> Task details
The word to look for is "DIRECTION". Report every line of the entries below that has it.

Saved entries:
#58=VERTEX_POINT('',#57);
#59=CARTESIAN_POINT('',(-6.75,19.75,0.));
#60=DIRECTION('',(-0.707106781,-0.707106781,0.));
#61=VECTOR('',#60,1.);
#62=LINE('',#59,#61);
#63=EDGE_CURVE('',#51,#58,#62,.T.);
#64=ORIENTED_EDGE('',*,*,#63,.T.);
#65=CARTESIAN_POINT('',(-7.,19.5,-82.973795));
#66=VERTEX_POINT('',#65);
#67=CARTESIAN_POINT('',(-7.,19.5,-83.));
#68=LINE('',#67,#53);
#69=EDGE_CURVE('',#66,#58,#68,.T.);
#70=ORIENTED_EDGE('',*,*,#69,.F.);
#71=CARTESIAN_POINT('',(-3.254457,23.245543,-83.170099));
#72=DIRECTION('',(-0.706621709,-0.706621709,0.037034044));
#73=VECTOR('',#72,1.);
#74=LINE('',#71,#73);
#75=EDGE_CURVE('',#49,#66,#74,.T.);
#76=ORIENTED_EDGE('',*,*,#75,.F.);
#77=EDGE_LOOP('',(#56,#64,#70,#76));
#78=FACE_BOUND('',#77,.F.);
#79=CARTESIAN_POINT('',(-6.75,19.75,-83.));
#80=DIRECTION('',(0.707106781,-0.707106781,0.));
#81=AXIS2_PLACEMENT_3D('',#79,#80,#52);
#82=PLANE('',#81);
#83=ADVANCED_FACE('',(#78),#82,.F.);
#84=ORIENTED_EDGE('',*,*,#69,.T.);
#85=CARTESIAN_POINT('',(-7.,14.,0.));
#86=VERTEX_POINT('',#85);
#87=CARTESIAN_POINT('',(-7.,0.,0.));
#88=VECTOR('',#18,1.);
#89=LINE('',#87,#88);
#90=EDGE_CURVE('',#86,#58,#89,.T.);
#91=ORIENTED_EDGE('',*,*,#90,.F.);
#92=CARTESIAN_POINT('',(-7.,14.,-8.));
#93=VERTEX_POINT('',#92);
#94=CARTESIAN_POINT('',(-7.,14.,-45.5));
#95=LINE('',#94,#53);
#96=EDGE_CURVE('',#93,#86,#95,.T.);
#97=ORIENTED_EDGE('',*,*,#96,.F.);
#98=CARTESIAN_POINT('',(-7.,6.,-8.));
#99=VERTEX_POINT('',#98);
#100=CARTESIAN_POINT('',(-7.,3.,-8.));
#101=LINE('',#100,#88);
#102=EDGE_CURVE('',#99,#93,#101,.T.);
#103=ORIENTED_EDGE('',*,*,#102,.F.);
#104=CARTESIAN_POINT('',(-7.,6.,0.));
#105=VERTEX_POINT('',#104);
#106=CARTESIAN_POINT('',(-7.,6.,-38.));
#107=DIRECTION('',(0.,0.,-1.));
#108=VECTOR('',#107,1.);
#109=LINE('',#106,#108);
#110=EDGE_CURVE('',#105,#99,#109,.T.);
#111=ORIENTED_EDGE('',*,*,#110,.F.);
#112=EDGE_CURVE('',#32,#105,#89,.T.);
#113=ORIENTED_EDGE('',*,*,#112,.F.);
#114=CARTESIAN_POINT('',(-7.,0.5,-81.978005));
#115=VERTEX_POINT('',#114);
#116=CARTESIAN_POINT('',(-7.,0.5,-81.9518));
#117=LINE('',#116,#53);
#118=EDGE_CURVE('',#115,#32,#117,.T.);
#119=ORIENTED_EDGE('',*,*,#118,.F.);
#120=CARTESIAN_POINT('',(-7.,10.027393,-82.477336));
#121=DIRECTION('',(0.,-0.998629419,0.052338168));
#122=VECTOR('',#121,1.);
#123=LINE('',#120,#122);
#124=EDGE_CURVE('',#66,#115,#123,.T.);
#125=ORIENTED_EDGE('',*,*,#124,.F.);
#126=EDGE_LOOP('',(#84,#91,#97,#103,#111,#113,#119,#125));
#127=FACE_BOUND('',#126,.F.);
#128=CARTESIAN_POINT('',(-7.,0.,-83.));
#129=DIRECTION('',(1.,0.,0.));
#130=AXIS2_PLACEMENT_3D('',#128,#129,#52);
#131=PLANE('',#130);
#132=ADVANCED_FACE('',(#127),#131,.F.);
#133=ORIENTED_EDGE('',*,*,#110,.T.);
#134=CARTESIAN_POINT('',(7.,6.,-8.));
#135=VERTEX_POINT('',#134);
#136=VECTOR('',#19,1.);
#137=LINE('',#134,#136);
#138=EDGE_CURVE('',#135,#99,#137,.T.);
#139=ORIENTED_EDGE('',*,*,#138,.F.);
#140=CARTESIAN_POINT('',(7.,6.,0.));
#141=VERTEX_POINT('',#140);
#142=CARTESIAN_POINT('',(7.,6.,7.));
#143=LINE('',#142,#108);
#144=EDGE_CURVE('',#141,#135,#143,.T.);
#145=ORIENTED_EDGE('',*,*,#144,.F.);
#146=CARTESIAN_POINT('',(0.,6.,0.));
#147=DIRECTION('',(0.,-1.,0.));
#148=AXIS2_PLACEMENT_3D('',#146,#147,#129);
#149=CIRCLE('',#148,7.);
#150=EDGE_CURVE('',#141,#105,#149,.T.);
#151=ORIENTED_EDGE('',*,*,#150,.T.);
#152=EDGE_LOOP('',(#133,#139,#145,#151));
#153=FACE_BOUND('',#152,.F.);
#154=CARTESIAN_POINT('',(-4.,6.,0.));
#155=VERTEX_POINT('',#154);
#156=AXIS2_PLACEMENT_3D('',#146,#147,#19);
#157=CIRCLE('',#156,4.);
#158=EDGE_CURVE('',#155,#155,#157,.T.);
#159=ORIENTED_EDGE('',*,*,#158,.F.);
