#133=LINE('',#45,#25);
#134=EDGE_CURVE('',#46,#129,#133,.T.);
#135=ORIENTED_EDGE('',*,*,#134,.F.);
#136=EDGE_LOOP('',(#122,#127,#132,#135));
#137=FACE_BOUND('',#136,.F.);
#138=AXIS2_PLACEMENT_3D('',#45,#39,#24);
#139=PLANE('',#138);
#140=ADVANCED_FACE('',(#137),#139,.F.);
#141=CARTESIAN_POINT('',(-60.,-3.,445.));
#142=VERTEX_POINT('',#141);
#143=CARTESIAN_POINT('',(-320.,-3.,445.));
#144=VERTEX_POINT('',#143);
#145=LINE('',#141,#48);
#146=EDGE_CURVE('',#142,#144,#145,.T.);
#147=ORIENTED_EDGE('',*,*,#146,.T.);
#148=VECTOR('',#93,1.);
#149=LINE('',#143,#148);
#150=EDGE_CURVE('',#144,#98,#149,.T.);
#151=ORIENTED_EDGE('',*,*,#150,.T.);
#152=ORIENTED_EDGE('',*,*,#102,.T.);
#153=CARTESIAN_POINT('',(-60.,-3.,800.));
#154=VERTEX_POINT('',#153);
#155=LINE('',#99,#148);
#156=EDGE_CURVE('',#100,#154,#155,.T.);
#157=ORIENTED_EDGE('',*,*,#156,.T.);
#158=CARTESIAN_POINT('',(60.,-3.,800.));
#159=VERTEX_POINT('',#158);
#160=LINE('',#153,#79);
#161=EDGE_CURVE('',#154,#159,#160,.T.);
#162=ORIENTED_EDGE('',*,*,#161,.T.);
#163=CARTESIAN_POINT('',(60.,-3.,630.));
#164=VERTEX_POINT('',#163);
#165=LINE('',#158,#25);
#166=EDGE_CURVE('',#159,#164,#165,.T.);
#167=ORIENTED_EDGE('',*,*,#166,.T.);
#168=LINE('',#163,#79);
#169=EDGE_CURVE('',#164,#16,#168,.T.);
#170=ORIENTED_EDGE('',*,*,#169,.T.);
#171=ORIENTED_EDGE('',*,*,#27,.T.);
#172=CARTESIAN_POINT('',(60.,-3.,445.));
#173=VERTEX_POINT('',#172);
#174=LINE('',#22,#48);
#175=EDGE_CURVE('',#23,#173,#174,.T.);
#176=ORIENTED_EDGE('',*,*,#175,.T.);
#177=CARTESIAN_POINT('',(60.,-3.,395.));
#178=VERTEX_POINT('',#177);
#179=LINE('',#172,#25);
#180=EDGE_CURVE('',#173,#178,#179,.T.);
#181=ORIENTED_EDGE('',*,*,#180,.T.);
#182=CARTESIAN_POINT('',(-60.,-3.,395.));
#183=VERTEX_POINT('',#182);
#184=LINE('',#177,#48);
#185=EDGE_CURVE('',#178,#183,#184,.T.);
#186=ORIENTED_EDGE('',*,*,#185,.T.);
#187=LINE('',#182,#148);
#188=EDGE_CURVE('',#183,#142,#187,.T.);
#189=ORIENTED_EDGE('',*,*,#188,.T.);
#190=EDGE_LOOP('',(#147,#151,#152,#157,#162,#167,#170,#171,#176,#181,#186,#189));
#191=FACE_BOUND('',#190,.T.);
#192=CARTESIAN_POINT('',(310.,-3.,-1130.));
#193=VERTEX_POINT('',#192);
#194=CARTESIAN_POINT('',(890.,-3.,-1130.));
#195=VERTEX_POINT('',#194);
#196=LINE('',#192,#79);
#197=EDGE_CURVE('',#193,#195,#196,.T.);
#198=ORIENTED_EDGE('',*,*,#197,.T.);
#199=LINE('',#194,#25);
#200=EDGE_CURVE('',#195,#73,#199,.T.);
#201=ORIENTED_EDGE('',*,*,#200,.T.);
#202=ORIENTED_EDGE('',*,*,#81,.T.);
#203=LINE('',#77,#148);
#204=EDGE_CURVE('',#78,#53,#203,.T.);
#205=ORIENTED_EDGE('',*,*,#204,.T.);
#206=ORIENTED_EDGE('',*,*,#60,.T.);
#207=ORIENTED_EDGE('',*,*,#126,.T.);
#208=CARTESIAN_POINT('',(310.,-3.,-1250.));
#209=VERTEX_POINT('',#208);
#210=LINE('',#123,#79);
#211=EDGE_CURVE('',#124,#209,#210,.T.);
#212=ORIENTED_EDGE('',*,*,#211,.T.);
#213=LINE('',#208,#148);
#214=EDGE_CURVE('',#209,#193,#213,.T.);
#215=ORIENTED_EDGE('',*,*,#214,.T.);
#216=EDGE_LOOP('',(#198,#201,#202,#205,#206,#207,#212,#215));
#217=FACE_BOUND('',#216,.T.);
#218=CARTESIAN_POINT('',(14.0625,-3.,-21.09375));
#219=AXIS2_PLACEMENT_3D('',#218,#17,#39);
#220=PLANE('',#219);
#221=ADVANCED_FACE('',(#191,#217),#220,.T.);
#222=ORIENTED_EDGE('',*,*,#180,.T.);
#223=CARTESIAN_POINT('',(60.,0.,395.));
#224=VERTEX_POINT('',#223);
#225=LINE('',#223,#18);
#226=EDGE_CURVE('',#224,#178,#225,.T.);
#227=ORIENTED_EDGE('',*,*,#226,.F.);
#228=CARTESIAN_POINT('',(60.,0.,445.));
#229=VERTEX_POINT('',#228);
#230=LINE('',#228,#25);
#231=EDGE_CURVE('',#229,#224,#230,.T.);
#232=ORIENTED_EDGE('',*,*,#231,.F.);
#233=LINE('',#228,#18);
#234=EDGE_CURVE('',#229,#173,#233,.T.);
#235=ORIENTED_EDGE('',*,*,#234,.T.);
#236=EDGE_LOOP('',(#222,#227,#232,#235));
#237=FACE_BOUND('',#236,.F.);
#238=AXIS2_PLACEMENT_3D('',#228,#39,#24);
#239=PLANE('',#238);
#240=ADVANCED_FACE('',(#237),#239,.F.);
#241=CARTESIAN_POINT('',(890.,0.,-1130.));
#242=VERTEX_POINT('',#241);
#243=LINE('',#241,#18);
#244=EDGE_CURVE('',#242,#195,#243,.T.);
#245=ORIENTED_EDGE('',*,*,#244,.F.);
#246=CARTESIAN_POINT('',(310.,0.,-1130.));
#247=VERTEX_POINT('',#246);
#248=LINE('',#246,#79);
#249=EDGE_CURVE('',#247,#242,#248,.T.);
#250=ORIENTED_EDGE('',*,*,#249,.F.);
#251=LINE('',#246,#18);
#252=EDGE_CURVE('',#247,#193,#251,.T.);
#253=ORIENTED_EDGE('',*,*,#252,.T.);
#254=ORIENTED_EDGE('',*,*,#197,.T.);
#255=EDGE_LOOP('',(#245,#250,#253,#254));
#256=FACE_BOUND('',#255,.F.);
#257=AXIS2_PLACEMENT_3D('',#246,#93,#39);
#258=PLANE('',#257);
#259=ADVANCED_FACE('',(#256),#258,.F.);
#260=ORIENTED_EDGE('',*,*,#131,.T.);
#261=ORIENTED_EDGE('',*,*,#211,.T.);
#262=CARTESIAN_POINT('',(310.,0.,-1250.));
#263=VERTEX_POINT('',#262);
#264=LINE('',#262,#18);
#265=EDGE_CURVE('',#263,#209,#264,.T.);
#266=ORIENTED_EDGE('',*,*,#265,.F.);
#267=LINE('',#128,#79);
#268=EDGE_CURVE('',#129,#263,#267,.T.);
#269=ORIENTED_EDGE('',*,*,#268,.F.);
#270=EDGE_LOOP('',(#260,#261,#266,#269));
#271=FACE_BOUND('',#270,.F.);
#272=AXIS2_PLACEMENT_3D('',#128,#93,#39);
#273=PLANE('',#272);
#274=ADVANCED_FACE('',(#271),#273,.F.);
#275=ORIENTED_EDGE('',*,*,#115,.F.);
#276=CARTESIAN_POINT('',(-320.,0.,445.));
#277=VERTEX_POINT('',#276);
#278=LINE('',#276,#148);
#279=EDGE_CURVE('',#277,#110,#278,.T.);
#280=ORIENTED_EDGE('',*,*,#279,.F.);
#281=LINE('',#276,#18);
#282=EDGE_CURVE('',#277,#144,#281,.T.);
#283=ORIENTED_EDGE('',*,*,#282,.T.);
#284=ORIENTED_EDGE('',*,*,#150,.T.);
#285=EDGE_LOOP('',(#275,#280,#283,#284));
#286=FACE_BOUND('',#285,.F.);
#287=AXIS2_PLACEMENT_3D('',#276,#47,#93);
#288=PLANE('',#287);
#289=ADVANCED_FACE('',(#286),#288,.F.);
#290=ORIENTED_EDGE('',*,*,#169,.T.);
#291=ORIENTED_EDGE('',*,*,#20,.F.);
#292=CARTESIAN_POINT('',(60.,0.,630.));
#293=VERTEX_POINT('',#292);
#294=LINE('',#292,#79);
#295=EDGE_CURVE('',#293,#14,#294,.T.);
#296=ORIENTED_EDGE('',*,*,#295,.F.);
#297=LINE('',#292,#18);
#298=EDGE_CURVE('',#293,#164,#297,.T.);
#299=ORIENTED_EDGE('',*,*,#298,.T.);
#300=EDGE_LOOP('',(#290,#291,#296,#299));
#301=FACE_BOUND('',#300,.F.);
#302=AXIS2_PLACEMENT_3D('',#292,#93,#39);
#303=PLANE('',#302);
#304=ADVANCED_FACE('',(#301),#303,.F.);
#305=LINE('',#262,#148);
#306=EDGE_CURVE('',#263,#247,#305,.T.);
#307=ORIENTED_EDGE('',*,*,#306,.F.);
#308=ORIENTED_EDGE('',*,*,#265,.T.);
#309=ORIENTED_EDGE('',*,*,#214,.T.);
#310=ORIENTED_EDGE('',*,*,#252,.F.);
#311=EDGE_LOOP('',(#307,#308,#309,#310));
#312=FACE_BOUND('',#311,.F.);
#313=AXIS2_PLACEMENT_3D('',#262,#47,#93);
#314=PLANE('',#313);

> Output for this task
#60=DIRECTION('',(-0.707106781,-0.707106781,0.));
#72=DIRECTION('',(-0.706621709,-0.706621709,0.037034044));
#80=DIRECTION('',(0.707106781,-0.707106781,0.));
#107=DIRECTION('',(0.,0.,-1.));
#121=DIRECTION('',(0.,-0.998629419,0.052338168));
#129=DIRECTION('',(1.,0.,0.));
#147=DIRECTION('',(0.,-1.,0.));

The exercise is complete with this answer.